Using this feature of the invention, multiple bundles can exist in a single database, tracking different rows, and co-existing at the same time. This feature of the invention also enables granular version management of data and schema of a relational database. It also allows the developer to: (i) choose a point in time when the database is in a state which is suitable for a commit, and then snapshotting and committing that state to the bundle; (ii) restore (“checkout”) a previous state of the tracked rows in the database; and (iii) transfer bundles from one database to another, and recreate changes made on one database in another.
The foregoing descriptions of embodiments of the present method and technology have been presented for purposes of illustration and description. They are not intended to be exhaustive or to limit the present technology to the precise forms disclosed, and obviously many modifications and variations are possible in light of the above teaching. The embodiments were chosen and described in order to best explain the principles of the present technology and its practical application, to thereby enable others skilled in the art to best utilize the present technology and various embodiments with various modifications as are suited to the particular use contemplated. It is understood that various omissions and substitutions of equivalents are contemplated as circumstance may suggest or render expedient, but such are intended to cover the application or implementation without departing from the spirit or scope of the claims of the present technology.

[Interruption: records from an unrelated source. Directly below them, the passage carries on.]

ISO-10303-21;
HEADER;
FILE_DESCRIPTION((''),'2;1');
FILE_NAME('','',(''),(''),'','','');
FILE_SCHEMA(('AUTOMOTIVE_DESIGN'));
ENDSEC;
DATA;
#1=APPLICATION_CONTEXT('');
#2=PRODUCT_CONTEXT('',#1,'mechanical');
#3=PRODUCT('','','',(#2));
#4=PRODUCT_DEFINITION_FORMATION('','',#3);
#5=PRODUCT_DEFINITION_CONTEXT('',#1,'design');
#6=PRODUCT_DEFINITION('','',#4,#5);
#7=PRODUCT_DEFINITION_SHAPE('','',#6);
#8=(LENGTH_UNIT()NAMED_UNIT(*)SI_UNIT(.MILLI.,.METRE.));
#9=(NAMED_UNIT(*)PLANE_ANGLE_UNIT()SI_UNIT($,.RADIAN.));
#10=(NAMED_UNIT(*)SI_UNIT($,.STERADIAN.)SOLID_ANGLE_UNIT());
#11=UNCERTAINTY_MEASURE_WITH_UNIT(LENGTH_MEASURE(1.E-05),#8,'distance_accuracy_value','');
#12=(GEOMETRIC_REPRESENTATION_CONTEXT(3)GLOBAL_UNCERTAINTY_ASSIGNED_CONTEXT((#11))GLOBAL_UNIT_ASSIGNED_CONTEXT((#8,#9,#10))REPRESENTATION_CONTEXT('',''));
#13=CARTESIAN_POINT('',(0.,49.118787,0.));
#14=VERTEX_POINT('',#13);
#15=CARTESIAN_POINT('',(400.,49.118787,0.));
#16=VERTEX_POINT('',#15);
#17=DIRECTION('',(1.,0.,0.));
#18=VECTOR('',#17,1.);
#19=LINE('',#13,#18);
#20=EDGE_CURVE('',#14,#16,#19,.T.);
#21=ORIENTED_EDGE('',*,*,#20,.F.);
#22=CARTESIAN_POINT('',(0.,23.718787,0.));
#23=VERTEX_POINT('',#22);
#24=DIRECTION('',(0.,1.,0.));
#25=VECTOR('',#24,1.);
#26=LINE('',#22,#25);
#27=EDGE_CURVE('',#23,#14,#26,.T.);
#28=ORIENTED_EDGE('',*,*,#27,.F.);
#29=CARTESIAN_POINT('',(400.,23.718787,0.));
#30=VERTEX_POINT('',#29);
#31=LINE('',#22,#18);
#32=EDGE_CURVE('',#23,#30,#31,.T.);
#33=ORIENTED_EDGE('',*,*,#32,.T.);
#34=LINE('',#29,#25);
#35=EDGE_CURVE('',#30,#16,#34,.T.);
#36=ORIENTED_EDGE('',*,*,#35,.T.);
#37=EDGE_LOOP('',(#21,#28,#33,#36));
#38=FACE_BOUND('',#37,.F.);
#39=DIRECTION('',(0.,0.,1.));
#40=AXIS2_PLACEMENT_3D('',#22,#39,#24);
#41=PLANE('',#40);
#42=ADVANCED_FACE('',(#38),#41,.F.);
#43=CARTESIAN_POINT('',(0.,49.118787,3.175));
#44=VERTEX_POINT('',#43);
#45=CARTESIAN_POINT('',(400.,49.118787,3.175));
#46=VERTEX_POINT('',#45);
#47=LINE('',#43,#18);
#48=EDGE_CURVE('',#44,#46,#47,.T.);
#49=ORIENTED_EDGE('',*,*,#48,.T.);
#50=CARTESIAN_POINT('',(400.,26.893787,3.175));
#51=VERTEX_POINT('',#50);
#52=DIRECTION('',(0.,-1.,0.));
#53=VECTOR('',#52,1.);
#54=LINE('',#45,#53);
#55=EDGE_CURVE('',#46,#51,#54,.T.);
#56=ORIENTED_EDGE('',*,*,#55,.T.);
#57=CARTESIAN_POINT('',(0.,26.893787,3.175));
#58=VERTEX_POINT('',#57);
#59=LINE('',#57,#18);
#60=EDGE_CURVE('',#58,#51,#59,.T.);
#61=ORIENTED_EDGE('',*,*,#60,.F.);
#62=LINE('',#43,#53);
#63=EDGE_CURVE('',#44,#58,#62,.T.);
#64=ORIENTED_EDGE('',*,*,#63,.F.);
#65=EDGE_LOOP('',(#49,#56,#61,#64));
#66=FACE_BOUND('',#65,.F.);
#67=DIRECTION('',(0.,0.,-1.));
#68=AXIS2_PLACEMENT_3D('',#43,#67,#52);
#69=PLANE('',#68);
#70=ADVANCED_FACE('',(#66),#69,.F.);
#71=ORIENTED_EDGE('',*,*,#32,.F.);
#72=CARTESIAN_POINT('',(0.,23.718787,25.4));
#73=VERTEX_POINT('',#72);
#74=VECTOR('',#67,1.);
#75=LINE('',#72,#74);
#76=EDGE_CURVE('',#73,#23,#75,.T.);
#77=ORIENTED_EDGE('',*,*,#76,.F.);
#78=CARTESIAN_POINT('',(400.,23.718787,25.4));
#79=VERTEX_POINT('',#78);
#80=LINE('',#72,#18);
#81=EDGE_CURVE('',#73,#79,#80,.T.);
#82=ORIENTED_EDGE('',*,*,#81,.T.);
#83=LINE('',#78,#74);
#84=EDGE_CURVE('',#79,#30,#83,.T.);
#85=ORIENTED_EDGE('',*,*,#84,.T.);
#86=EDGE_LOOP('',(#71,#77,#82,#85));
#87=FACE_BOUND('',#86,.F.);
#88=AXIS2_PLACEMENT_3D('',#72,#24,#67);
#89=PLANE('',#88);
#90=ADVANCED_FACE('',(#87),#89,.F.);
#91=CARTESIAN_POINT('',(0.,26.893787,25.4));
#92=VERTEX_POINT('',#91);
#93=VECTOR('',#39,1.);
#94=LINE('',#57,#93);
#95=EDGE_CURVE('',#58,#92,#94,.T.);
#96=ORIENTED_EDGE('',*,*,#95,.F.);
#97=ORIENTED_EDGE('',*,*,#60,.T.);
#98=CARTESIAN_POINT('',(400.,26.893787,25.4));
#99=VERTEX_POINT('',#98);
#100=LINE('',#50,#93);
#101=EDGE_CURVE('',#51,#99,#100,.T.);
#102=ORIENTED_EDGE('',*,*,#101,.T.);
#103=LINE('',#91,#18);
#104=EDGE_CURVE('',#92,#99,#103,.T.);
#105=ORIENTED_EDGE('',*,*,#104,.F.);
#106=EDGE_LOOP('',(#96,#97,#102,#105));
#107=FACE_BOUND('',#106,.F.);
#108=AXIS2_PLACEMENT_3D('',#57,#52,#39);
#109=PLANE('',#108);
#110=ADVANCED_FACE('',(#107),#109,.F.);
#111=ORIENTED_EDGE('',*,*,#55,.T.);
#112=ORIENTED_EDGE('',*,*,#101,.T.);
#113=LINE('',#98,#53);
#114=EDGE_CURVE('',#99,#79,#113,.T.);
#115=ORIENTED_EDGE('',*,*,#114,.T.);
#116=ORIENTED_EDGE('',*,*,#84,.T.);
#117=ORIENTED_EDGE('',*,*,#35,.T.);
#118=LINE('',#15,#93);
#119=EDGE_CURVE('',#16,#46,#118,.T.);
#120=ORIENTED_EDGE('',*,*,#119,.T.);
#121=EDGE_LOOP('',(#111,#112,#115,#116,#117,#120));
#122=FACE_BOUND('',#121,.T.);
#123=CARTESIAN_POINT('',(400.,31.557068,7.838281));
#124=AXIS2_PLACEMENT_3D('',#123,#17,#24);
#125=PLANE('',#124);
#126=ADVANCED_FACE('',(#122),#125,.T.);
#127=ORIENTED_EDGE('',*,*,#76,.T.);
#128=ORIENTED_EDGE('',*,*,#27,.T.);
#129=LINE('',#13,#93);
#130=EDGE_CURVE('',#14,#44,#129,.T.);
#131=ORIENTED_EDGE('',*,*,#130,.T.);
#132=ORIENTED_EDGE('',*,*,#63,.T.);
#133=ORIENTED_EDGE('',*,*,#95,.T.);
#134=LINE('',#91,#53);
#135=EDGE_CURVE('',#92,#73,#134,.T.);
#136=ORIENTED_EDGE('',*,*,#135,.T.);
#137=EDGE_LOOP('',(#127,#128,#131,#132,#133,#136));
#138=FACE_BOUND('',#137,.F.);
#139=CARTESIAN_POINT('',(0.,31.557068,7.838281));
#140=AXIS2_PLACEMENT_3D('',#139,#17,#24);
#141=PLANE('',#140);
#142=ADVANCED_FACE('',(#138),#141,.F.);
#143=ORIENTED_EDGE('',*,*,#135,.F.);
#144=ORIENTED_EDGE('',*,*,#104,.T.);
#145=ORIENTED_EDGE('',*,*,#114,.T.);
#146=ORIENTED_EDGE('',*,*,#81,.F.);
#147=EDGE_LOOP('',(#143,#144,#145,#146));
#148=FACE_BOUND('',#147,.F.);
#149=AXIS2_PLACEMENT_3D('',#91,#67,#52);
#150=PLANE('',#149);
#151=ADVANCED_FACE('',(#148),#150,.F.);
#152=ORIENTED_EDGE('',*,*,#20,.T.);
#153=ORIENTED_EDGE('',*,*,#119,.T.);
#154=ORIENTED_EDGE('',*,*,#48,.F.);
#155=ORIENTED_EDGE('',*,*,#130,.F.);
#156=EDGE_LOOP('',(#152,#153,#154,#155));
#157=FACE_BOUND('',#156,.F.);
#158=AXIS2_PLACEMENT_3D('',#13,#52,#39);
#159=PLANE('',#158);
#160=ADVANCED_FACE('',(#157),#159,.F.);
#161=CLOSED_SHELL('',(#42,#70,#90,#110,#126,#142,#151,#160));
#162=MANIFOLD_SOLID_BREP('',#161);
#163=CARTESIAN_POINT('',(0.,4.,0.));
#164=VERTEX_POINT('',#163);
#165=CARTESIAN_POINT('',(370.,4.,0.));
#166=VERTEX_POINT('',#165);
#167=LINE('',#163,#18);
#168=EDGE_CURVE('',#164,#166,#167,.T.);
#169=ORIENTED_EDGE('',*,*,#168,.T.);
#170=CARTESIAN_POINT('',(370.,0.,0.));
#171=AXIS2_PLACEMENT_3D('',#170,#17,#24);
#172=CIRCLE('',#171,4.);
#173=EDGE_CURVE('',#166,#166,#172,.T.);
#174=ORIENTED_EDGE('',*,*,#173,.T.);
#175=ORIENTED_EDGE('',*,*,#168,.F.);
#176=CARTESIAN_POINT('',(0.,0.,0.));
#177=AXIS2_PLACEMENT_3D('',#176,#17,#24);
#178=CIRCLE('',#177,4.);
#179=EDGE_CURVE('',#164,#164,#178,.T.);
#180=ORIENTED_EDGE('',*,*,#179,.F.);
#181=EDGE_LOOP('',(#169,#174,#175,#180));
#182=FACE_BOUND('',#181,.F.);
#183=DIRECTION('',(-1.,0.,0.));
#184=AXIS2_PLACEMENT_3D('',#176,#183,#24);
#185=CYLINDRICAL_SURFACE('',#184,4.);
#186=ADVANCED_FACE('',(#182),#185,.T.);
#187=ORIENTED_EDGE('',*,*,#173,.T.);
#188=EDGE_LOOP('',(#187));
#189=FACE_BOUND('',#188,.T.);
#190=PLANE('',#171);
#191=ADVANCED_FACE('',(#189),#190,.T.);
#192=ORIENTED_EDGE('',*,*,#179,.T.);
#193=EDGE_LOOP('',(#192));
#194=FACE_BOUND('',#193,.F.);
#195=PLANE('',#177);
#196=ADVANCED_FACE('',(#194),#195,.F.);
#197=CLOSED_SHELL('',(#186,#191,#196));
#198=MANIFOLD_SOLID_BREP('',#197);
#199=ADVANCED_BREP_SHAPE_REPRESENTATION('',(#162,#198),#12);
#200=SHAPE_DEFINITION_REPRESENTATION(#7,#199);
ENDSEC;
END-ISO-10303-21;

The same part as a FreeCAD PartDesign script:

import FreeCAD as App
import Part
import Sketcher

V = App.Vector


def add_polygon(sketch, points):
    """Adds a closed chain of lines whose ends are joined by coincident constraints."""
    first, n = sketch.GeometryCount, len(points)
    for a, b in zip(points, points[1:] + points[:1]):
        sketch.addGeometry(Part.LineSegment(App.Vector(*a, 0), App.Vector(*b, 0)), False)
    for i in range(n):
        sketch.addConstraint(Sketcher.Constraint("Coincident", first + i, 2, first + (i + 1) % n, 1))

doc = App.newDocument("Part")
body = doc.addObject("PartDesign::Body", "Body")

# Sketch on YZ plane
sketch1 = body.newObject("Sketcher::SketchObject", "Sketch")
sketch1.AttachmentSupport = (doc.getObject("YZ_Plane"), [""])
sketch1.MapMode = "FlatFace"
sketch1.addGeometry(Part.Circle(V(0, 0, 0), V(0, 0, 1), 4), False)
sketch1.addConstraint([
    Sketcher.Constraint("Coincident", 0, 3, -1, 1),
    Sketcher.Constraint("Diameter", 0, 8.0),
])
pad1 = body.newObject("PartDesign::Pad", "Pad")
pad1.Profile = sketch1
pad1.Length = 370
body2 = doc.addObject("PartDesign::Body", "Body001")

# Sketch on YZ plane
sketch2 = body2.newObject("Sketcher::SketchObject", "Sketch001")
sketch2.AttachmentSupport = (doc.getObject("YZ_Plane001"), [""])
sketch2.MapMode = "FlatFace"
add_polygon(sketch2, [(23.718787, 25.4), (23.718787, 0), (49.118787, 0), (49.118787, 3.175), (26.893787, 3.175), (26.893787, 25.4)])  # lines 0-5
sketch2.addConstraint([
    Sketcher.Constraint("Vertical", 0),
    Sketcher.Constraint("Horizontal", 1),
    Sketcher.Constraint("Vertical", 2),
    Sketcher.Constraint("Horizontal", 3),
    Sketcher.Constraint("Vertical", 4),
    Sketcher.Constraint("Horizontal", 5),
    Sketcher.Constraint("PointOnObject", 0, 2, -1),
    Sketcher.Constraint("Equal", 1, 0),
    Sketcher.Constraint("Equal", 5, 2),
    Sketcher.Constraint("DistanceX", 1, 1, 1, 2, 25.4),
    Sketcher.Constraint("DistanceX", 3, 2, 3, 1, 22.225),
    Sketcher.Constraint("DistanceX", -1, 1, 0, 2, 23.718787),
])
pad2 = body2.newObject("PartDesign::Pad", "Pad001")
pad2.Profile = sketch2
pad2.Length = 400

doc.recompute()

While several possible embodiments of the invention have been described above and illustrated in some cases, it should be interpreted and understood as to have been presented only by way of illustration and example, but not by limitation. Thus, the breadth and scope of a preferred embodiment should not be limited by any of the above-described exemplary embodiments.

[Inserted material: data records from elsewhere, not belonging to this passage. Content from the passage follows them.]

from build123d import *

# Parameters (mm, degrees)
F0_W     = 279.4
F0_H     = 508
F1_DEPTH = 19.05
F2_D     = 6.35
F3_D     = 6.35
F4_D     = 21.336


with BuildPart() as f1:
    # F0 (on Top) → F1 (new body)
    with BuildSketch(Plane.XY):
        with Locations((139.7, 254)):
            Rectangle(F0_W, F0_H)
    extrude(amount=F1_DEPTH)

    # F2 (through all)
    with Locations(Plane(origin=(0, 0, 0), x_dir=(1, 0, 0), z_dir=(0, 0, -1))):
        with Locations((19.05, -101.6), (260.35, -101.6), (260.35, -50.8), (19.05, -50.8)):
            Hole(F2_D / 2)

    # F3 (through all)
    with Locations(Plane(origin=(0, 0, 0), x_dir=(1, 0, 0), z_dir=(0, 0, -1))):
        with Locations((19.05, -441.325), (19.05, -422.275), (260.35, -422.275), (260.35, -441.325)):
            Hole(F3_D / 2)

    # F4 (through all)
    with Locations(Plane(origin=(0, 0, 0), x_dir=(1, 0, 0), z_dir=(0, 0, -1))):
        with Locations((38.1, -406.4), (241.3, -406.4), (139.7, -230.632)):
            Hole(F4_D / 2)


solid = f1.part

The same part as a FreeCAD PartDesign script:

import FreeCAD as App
import Part
import Sketcher

V = App.Vector
Q = App.Units.Quantity

doc = App.newDocument("Part")
body = doc.addObject("PartDesign::Body", "Body")

sketch1 = body.newObject("Sketcher::SketchObject", "Sketch")
sketch1.AttachmentSupport = (doc.getObject("XY_Plane"), [""])
sketch1.MapMode = "FlatFace"
sketch1.addGeometry([
    Part.LineSegment(V(0, 508, 0), V(0, 0, 0)),
    Part.LineSegment(V(0, 0, 0), V(279, 0, 0)),
    Part.LineSegment(V(279, 0, 0), V(279, 508, 0)),
    Part.LineSegment(V(279, 508, 0), V(0, 508, 0)),
], False)
sketch1.addConstraint([
    Sketcher.Constraint("Coincident", 0, 2, 1, 1),
    Sketcher.Constraint("Coincident", 1, 2, 2, 1),
    Sketcher.Constraint("Coincident", 2, 2, 3, 1),
    Sketcher.Constraint("Coincident", 3, 2, 0, 1),
    Sketcher.Constraint("Vertical", 0),
    Sketcher.Constraint("Horizontal", 1),
    Sketcher.Constraint("Vertical", 2),
    Sketcher.Constraint("Horizontal", 3),
    Sketcher.Constraint("Coincident", 0, 2, -1, 1),
    Sketcher.Constraint("DistanceX", 1, 1, 1, 2, Q("11 in")),
    Sketcher.Constraint("DistanceY", 0, 2, 0, 1, Q("20 in")),
])
pad1 = body.newObject("PartDesign::Pad", "Pad")
pad1.Profile = sketch1
pad1.Length = Q("0.75 in")

sketch2 = body.newObject("Sketcher::SketchObject", "Sketch001")
sketch2.AttachmentSupport = (doc.getObject("XY_Plane"), [""])
sketch2.MapMode = "FlatFace"
sketch2.addGeometry([
    Part.Circle(V(19.1, 101.6, 0), V(0, 0, 1), 3.2),
    Part.Circle(V(260.4, 101.6, 0), V(0, 0, 1), 3.2),
    Part.Circle(V(260.4, 50.8, 0), V(0, 0, 1), 3.2),
    Part.Circle(V(19.1, 50.8, 0), V(0, 0, 1), 3.2),
], False)
sketch2.addConstraint([
    Sketcher.Constraint("Equal", 0, 1),
    Sketcher.Constraint("Equal", 1, 2),
    Sketcher.Constraint("Equal", 2, 3),
    Sketcher.Constraint("Horizontal", 0, 3, 1, 3),
    Sketcher.Constraint("Horizontal", 2, 3, 3, 3),
    Sketcher.Constraint("Vertical", 1, 3, 2, 3),
    Sketcher.Constraint("Vertical", 0, 3, 3, 3),
    Sketcher.Constraint("Diameter", 0, Q("0.25 in")),
    Sketcher.Constraint("DistanceY", -1, 1, 0, 3, Q("4 in")),
    Sketcher.Constraint("DistanceY", -1, 1, 2, 3, Q("2 in")),
    Sketcher.Constraint("DistanceX", 0, 3, 1, 3, Q("9.5 in")),
    Sketcher.Constraint("DistanceX", -1, 1, 0, 3, Q("0.75 in")),
])
doc.recompute()
hole = body.newObject("PartDesign::Hole", "Hole")
hole.Profile = sketch2
hole.ThreadType = "None"
hole.Diameter = Q("0.25 in")
hole.DepthType = "ThroughAll"
hole.Reversed = True

sketch3 = body.newObject("Sketcher::SketchObject", "Sketch002")
sketch3.AttachmentSupport = (doc.getObject("XY_Plane"), [""])
sketch3.MapMode = "FlatFace"
sketch3.addGeometry([
    Part.Circle(V(19.1, 441.3, 0), V(0, 0, 1), 3.2),
    Part.Circle(V(19.1, 422.3, 0), V(0, 0, 1), 3.2),
    Part.Circle(V(260.4, 422.3, 0), V(0, 0, 1), 3.2),
    Part.Circle(V(260.4, 441.3, 0), V(0, 0, 1), 3.2),
], False)
sketch3.addConstraint([
    Sketcher.Constraint("Equal", 0, 1),
    Sketcher.Constraint("Equal", 1, 2),
    Sketcher.Constraint("Equal", 2, 3),
    Sketcher.Constraint("Horizontal", 1, 3, 2, 3),
    Sketcher.Constraint("Horizontal", 0, 3, 3, 3),
    Sketcher.Constraint("Vertical", 0, 3, 1, 3),
    Sketcher.Constraint("Vertical", 2, 3, 3, 3),
    Sketcher.Constraint("Diameter", 0, Q("0.25 in")),
    Sketcher.Constraint("DistanceX", 1, 3, 2, 3, Q("9.5 in")),
    Sketcher.Constraint("DistanceX", -1, 1, 0, 3, Q("0.75 in")),
    Sketcher.Constraint("DistanceY", 1, 3, 0, 3, Q("0.75 in")),
    Sketcher.Constraint("DistanceY", -1, 1, 0, 3, Q("17.375 in")),
])
doc.recompute()
hole2 = body.newObject("PartDesign::Hole", "Hole001")
hole2.Profile = sketch3
hole2.ThreadType = "None"
hole2.Diameter = Q("0.25 in")
hole2.DepthType = "ThroughAll"
hole2.Reversed = True

sketch4 = body.newObject("Sketcher::SketchObject", "Sketch003")
sketch4.AttachmentSupport = (doc.getObject("XY_Plane"), [""])
sketch4.MapMode = "FlatFace"
sketch4.addGeometry([
    Part.Circle(V(38, 406, 0), V(0, 0, 1), 11),
    Part.Circle(V(241, 406, 0), V(0, 0, 1), 11),
    Part.Circle(V(140, 231, 0), V(0, 0, 1), 11),
], False)
sketch4.addConstraint([
    Sketcher.Constraint("Equal", 0, 1),
    Sketcher.Constraint("Equal", 1, 2),
    Sketcher.Constraint("Horizontal", 0, 3, 1, 3),
    Sketcher.Constraint("Diameter", 0, Q("0.84 in")),
    Sketcher.Constraint("DistanceY", -1, 1, 0, 3, Q("16 in")),
    Sketcher.Constraint("DistanceX", 0, 3, 1, 3, Q("8 in")),
    Sketcher.Constraint("DistanceX", 0, 3, 2, 3, Q("4 in")),
    Sketcher.Constraint("DistanceX", -1, 1, 0, 3, Q("1.5 in")),
    Sketcher.Constraint("DistanceY", -1, 1, 2, 3, Q("9.08 in")),
])
doc.recompute()
hole3 = body.newObject("PartDesign::Hole", "Hole002")
hole3.Profile = sketch4
hole3.ThreadType = "None"
hole3.Diameter = Q("0.84 in")
hole3.DepthType = "ThroughAll"
hole3.Reversed = True

doc.recompute()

1. A method for referencing database components of a relational database, comprising:
selecting a relational database with components; and
referencing the components as typed relational data within the database itself.

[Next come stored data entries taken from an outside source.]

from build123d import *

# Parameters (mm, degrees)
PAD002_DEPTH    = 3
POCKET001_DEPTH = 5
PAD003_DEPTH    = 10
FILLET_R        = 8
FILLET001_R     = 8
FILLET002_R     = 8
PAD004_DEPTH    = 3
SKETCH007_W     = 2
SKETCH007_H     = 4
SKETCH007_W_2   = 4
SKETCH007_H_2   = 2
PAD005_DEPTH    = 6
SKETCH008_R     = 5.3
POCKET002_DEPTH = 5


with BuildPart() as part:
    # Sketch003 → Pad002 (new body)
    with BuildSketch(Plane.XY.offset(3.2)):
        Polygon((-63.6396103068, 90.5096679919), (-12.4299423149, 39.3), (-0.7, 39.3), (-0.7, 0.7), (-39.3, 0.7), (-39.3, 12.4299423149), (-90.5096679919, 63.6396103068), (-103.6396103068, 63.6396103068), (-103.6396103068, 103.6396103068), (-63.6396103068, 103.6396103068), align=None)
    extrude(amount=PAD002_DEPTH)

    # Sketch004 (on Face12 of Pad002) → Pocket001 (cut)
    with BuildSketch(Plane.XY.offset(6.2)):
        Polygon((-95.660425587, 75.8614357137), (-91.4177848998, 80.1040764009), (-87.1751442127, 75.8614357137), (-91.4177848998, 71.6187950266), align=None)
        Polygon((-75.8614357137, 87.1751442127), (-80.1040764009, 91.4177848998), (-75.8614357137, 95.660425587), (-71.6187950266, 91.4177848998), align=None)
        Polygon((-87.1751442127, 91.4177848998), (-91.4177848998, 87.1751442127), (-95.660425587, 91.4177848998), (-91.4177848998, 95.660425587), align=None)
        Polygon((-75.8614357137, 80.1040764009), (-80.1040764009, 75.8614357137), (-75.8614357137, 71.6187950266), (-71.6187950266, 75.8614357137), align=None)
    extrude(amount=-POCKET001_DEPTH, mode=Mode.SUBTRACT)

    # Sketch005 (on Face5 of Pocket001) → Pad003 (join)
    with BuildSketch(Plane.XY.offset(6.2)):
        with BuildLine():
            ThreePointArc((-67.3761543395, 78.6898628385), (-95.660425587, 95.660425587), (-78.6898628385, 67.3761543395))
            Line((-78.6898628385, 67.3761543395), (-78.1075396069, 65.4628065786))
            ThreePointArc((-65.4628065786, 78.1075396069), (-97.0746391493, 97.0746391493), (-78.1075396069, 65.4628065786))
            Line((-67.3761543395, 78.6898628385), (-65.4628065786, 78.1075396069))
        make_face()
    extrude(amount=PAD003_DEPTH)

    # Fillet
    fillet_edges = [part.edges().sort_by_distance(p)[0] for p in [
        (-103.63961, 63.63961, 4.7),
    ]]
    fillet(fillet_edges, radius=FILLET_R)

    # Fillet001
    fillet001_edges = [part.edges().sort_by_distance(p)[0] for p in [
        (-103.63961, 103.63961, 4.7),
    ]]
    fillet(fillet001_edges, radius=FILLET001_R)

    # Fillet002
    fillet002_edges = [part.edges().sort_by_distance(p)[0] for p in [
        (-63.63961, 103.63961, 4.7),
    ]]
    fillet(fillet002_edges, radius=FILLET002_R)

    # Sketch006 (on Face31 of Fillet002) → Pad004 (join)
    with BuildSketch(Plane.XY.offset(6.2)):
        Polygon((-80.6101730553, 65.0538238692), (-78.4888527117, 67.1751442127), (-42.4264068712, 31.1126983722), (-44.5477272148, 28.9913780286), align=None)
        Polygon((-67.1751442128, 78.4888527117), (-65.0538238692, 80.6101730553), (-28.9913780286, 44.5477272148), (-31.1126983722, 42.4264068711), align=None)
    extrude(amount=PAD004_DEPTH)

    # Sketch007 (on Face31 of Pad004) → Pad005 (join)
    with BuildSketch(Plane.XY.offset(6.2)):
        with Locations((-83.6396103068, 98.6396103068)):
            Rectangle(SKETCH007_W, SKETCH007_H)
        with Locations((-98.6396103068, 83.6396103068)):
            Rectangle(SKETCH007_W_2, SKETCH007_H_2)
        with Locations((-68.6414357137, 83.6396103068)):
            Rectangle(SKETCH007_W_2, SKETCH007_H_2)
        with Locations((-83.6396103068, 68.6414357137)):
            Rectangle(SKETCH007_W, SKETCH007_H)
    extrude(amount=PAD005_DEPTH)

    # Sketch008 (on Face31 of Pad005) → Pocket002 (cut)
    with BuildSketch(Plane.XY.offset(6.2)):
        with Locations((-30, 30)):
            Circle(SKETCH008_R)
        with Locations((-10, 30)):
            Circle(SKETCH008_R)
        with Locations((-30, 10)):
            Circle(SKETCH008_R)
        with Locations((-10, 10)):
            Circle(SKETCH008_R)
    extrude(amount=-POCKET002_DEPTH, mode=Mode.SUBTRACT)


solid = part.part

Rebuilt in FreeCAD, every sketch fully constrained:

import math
import FreeCAD as App
import Part
import Sketcher
Q = App.Units.Quantity


def edges_at(feature, points):
    """Names of the edges that pass closest to the given points."""
    edges = feature.Shape.Edges
    near = lambda p: min(range(len(edges)), key=lambda i: edges[i].distToShape(Part.Vertex(*p))[0])
    return sorted({f"Edge{near(p) + 1}" for p in points})

doc = App.newDocument("Part")
body = doc.addObject("PartDesign::Body", "Body")

# Sketch on XY plane
sketch1 = body.newObject("Sketcher::SketchObject", "Sketch")
sketch1.AttachmentSupport = (doc.getObject("XY_Plane"), [""])
sketch1.MapMode = "FlatFace"
sketch1.AttachmentOffset = App.Placement(App.Vector(0, 0, 3.2), App.Rotation())
sketch1.addGeometry([
    Part.LineSegment(App.Vector(-12, 39, 0), App.Vector(-64, 91, 0)),  # 0
    Part.LineSegment(App.Vector(-64, 91, 0), App.Vector(-64, 104, 0)),  # 1
    Part.LineSegment(App.Vector(-64, 104, 0), App.Vector(-104, 104, 0)),  # 2
    Part.LineSegment(App.Vector(-104, 104, 0), App.Vector(-104, 64, 0)),  # 3
    Part.LineSegment(App.Vector(-104, 64, 0), App.Vector(-91, 64, 0)),  # 4
    Part.LineSegment(App.Vector(-91, 64, 0), App.Vector(-39, 12, 0)),  # 5
    Part.LineSegment(App.Vector(-39, 12, 0), App.Vector(-39, 1, 0)),  # 6
    Part.LineSegment(App.Vector(-39, 1, 0), App.Vector(-1, 1, 0)),  # 7
    Part.LineSegment(App.Vector(-1, 1, 0), App.Vector(-1, 39, 0)),  # 8
    Part.LineSegment(App.Vector(-1, 39, 0), App.Vector(-12, 39, 0)),  # 9
], False)
sketch1.addConstraint([
    Sketcher.Constraint("Coincident", 0, 2, 1, 1),
    Sketcher.Constraint("Coincident", 1, 2, 2, 1),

2. A method of using a writable system catalog with meta-identifiers for a relational database, comprising:
selecting a relational database with components;
using meta-views to expose the components of the relational database as data, and to identify them by a meta-identifier; and
employing triggers for each meta-view, to enable INSERT, UPDATE and DELETE operations on them, to translate the DML (data manipulation language) operation into a DDL (data definition language) operation, and to execute the DDL operation.
3. A method of version control using bundle-data and meta-data, comprising:
selecting a relational database that includes data, schema, and an historical archive of the state of arbitrary rows and arbitrary states of the database schema;
managing the historical archive by using meta-identifiers and a writable system catalog.